WHAT IS NEEDED:
There is one span to output from the data below: the lines starting at the line with "#53=LINE('',#44,#18);" and ending at the line with "#61=LINE('',#46,#18);". Output it exactly, ends included, nothing more.

Collected data:
++++++

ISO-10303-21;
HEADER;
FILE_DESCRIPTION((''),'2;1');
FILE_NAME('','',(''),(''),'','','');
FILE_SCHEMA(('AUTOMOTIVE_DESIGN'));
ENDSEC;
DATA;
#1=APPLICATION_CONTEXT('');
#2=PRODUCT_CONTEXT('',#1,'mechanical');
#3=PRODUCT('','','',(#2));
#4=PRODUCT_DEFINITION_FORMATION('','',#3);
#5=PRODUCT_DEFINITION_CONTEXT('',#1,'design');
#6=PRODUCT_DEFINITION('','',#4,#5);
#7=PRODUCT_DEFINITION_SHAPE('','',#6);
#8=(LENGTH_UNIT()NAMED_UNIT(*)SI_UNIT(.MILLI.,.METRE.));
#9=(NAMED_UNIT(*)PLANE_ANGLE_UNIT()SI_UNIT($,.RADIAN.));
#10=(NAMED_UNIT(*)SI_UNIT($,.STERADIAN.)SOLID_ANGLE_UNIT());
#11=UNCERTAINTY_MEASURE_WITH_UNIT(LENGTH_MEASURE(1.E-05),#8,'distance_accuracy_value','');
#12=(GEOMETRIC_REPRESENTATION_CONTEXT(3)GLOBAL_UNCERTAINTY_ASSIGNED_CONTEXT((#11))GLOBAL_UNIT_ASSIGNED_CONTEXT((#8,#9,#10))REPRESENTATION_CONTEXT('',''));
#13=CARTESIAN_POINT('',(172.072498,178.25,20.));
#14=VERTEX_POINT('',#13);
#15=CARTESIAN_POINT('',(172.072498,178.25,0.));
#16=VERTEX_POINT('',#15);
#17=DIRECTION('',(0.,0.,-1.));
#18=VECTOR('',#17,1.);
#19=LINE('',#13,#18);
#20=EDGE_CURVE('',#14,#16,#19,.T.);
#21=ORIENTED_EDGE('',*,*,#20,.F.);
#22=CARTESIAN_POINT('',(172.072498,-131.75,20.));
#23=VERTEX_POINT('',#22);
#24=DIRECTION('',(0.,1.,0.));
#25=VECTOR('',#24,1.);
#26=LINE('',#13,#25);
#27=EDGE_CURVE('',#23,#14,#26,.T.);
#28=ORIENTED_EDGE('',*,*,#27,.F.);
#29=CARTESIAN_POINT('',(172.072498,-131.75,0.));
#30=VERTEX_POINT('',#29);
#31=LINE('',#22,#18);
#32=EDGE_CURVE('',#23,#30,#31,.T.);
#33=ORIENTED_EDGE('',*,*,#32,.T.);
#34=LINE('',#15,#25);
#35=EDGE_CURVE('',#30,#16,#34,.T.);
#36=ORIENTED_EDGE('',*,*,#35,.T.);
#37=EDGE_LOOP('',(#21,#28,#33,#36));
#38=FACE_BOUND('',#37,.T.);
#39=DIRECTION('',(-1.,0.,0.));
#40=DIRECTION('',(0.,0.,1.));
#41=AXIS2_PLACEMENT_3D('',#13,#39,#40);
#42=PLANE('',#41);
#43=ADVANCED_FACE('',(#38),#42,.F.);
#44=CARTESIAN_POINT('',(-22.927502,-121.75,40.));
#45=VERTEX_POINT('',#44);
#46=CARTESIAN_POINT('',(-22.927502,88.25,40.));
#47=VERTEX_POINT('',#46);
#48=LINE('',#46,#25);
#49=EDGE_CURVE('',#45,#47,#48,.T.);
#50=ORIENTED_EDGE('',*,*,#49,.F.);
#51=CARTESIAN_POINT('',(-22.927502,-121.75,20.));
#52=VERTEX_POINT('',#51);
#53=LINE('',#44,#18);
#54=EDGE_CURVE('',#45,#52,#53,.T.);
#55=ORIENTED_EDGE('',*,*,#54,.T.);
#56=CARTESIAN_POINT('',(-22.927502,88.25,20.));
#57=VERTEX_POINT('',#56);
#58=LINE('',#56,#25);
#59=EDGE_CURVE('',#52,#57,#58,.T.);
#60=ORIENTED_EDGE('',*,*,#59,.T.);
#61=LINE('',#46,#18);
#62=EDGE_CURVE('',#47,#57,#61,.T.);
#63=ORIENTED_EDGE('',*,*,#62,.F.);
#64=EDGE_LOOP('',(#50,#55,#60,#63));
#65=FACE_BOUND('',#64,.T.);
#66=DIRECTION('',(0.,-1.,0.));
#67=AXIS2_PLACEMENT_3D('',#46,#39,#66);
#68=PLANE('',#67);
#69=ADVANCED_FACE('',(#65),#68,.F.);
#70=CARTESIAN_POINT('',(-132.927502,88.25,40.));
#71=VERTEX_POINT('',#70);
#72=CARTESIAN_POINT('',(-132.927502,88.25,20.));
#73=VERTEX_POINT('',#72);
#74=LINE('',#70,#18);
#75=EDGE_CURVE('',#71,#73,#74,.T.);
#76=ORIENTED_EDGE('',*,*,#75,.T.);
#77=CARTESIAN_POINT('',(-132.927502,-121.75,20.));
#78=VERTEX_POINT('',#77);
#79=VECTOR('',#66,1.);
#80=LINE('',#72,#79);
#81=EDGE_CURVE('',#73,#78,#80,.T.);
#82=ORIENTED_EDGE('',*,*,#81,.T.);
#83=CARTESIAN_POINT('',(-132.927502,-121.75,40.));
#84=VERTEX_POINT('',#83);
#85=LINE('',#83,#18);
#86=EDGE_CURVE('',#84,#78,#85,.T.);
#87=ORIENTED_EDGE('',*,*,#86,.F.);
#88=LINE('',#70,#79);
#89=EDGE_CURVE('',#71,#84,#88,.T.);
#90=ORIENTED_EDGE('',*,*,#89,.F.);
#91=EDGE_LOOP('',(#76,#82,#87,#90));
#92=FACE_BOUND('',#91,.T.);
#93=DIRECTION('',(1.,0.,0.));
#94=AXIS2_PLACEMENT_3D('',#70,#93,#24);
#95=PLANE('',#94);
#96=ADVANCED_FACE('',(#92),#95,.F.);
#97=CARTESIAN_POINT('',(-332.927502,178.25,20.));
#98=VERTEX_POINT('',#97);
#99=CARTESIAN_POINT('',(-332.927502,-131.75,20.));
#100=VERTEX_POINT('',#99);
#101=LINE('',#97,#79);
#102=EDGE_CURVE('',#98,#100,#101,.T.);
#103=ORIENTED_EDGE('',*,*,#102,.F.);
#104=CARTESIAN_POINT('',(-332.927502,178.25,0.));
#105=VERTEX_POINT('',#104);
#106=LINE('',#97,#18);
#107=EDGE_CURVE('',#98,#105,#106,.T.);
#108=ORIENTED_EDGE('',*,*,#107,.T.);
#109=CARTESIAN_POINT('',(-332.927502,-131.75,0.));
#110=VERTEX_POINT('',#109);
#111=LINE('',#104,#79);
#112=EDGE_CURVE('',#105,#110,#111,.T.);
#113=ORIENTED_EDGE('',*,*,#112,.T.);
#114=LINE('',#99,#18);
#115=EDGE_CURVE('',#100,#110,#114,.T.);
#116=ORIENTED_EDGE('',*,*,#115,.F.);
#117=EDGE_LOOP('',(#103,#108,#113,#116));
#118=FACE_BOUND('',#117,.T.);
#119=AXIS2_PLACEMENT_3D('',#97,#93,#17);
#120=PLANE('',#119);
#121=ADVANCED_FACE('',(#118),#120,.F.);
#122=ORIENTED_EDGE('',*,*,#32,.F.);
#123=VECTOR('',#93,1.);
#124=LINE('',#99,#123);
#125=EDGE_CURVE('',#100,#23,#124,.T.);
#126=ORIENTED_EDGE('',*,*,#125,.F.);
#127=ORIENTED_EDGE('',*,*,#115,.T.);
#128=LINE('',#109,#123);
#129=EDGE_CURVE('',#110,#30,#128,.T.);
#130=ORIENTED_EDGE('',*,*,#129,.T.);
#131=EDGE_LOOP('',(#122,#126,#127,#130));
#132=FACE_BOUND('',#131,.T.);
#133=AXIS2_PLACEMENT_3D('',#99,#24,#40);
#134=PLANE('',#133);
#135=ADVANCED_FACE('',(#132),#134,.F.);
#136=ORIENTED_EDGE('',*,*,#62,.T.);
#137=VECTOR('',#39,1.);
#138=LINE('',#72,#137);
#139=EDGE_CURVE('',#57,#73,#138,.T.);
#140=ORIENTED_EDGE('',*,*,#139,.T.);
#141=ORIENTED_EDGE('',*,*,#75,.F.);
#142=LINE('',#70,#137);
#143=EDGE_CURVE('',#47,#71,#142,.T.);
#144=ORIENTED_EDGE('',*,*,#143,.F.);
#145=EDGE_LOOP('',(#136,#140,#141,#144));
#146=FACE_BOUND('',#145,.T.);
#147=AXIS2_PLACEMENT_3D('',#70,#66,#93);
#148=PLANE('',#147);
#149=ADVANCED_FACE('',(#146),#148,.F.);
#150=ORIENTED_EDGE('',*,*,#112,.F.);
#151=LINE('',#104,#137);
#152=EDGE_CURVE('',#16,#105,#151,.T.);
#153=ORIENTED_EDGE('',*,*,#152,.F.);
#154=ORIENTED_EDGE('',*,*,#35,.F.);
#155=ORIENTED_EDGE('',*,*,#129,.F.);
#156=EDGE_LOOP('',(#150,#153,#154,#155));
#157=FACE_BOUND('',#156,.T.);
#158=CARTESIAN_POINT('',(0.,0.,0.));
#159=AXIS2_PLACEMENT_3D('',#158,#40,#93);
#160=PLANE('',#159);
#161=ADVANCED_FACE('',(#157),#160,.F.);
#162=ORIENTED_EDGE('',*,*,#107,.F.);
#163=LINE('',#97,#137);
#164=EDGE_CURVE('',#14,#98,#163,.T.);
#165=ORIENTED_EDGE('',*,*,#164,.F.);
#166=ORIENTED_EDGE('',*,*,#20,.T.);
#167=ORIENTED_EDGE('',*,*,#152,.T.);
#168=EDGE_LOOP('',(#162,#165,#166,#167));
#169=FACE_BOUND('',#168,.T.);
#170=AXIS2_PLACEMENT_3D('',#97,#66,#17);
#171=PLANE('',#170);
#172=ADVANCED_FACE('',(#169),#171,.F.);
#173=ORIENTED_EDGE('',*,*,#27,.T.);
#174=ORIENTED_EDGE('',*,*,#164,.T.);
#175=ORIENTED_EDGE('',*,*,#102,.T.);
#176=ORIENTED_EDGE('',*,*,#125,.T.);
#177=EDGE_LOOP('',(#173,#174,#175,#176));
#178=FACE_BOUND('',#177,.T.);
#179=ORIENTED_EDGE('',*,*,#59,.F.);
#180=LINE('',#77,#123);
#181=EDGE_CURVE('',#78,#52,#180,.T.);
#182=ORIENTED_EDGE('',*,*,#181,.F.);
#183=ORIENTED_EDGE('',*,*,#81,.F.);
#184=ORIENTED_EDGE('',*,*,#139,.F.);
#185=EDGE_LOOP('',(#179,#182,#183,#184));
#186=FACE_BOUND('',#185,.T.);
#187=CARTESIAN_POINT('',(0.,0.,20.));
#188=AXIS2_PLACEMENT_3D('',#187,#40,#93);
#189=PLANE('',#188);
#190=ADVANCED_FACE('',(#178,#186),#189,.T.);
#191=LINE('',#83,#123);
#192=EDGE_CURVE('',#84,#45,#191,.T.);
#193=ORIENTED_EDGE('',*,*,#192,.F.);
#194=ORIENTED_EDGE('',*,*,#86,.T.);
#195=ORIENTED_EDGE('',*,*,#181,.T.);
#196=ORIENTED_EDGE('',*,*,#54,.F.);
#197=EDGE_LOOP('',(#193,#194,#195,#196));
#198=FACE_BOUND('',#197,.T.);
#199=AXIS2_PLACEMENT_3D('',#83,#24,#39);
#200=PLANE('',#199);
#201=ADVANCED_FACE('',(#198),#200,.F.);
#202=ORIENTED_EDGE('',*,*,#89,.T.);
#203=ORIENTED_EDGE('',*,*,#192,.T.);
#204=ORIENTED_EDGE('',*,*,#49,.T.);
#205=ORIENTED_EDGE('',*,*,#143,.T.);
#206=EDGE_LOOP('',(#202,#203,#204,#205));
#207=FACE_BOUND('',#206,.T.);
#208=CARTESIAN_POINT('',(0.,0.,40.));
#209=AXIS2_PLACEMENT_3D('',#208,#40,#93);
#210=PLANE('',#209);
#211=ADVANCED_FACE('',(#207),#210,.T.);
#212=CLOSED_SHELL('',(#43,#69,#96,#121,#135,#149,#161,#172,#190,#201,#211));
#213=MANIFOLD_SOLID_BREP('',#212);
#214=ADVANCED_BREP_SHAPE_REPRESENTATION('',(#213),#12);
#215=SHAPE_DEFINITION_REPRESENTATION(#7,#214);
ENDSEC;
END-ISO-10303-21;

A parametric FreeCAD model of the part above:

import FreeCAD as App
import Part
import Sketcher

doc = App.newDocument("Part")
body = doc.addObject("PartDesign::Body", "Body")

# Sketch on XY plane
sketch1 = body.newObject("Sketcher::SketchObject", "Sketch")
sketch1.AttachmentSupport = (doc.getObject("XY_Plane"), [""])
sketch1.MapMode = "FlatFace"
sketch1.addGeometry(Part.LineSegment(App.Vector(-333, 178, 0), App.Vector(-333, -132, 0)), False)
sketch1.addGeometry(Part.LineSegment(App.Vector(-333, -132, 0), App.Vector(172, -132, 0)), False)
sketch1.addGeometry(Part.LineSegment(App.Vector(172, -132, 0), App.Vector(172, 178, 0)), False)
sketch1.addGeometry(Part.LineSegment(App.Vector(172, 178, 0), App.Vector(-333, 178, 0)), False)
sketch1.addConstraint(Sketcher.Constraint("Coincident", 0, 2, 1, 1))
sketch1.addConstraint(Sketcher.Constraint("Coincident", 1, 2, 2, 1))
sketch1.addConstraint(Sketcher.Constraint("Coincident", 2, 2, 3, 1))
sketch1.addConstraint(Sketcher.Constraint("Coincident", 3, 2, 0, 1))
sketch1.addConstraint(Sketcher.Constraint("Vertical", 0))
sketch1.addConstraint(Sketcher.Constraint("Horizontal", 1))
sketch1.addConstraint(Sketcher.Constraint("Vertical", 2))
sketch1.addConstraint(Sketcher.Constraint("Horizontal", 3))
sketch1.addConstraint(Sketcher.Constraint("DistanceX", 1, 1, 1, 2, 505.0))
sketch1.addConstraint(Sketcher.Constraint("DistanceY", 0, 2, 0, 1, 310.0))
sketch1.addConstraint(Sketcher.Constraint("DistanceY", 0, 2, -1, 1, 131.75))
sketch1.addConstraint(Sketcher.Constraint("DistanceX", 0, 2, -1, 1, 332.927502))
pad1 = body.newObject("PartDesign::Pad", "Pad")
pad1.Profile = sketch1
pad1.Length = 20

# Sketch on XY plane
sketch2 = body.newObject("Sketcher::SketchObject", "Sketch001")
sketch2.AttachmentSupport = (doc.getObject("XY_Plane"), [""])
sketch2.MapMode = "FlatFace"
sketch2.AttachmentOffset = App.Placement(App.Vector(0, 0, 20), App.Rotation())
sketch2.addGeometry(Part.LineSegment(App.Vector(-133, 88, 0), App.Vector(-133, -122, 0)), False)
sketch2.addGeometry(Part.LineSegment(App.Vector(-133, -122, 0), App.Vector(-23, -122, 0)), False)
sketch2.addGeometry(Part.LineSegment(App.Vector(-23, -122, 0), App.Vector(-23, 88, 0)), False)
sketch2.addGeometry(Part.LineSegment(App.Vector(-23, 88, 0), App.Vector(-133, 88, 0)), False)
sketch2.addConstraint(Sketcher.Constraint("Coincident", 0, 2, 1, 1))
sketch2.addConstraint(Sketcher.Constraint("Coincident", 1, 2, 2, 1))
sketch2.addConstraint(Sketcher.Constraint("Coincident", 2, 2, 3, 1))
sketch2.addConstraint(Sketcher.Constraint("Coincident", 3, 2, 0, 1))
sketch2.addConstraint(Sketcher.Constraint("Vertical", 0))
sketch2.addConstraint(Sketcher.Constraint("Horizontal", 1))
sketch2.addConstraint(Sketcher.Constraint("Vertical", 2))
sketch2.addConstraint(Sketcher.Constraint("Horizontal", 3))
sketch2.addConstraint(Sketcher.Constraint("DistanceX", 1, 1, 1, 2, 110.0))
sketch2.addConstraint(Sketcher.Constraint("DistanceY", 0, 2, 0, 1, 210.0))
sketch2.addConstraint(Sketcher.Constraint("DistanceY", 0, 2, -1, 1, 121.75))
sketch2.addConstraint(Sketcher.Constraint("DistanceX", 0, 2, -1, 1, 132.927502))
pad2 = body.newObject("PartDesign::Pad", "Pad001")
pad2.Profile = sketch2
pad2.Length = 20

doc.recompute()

++++++

WRITTEN RESPONSE:
#53=LINE('',#44,#18);
#54=EDGE_CURVE('',#45,#52,#53,.T.);
#55=ORIENTED_EDGE('',*,*,#54,.T.);
#56=CARTESIAN_POINT('',(-22.927502,88.25,20.));
#57=VERTEX_POINT('',#56);
#58=LINE('',#56,#25);
#59=EDGE_CURVE('',#52,#57,#58,.T.);
#60=ORIENTED_EDGE('',*,*,#59,.T.);
#61=LINE('',#46,#18);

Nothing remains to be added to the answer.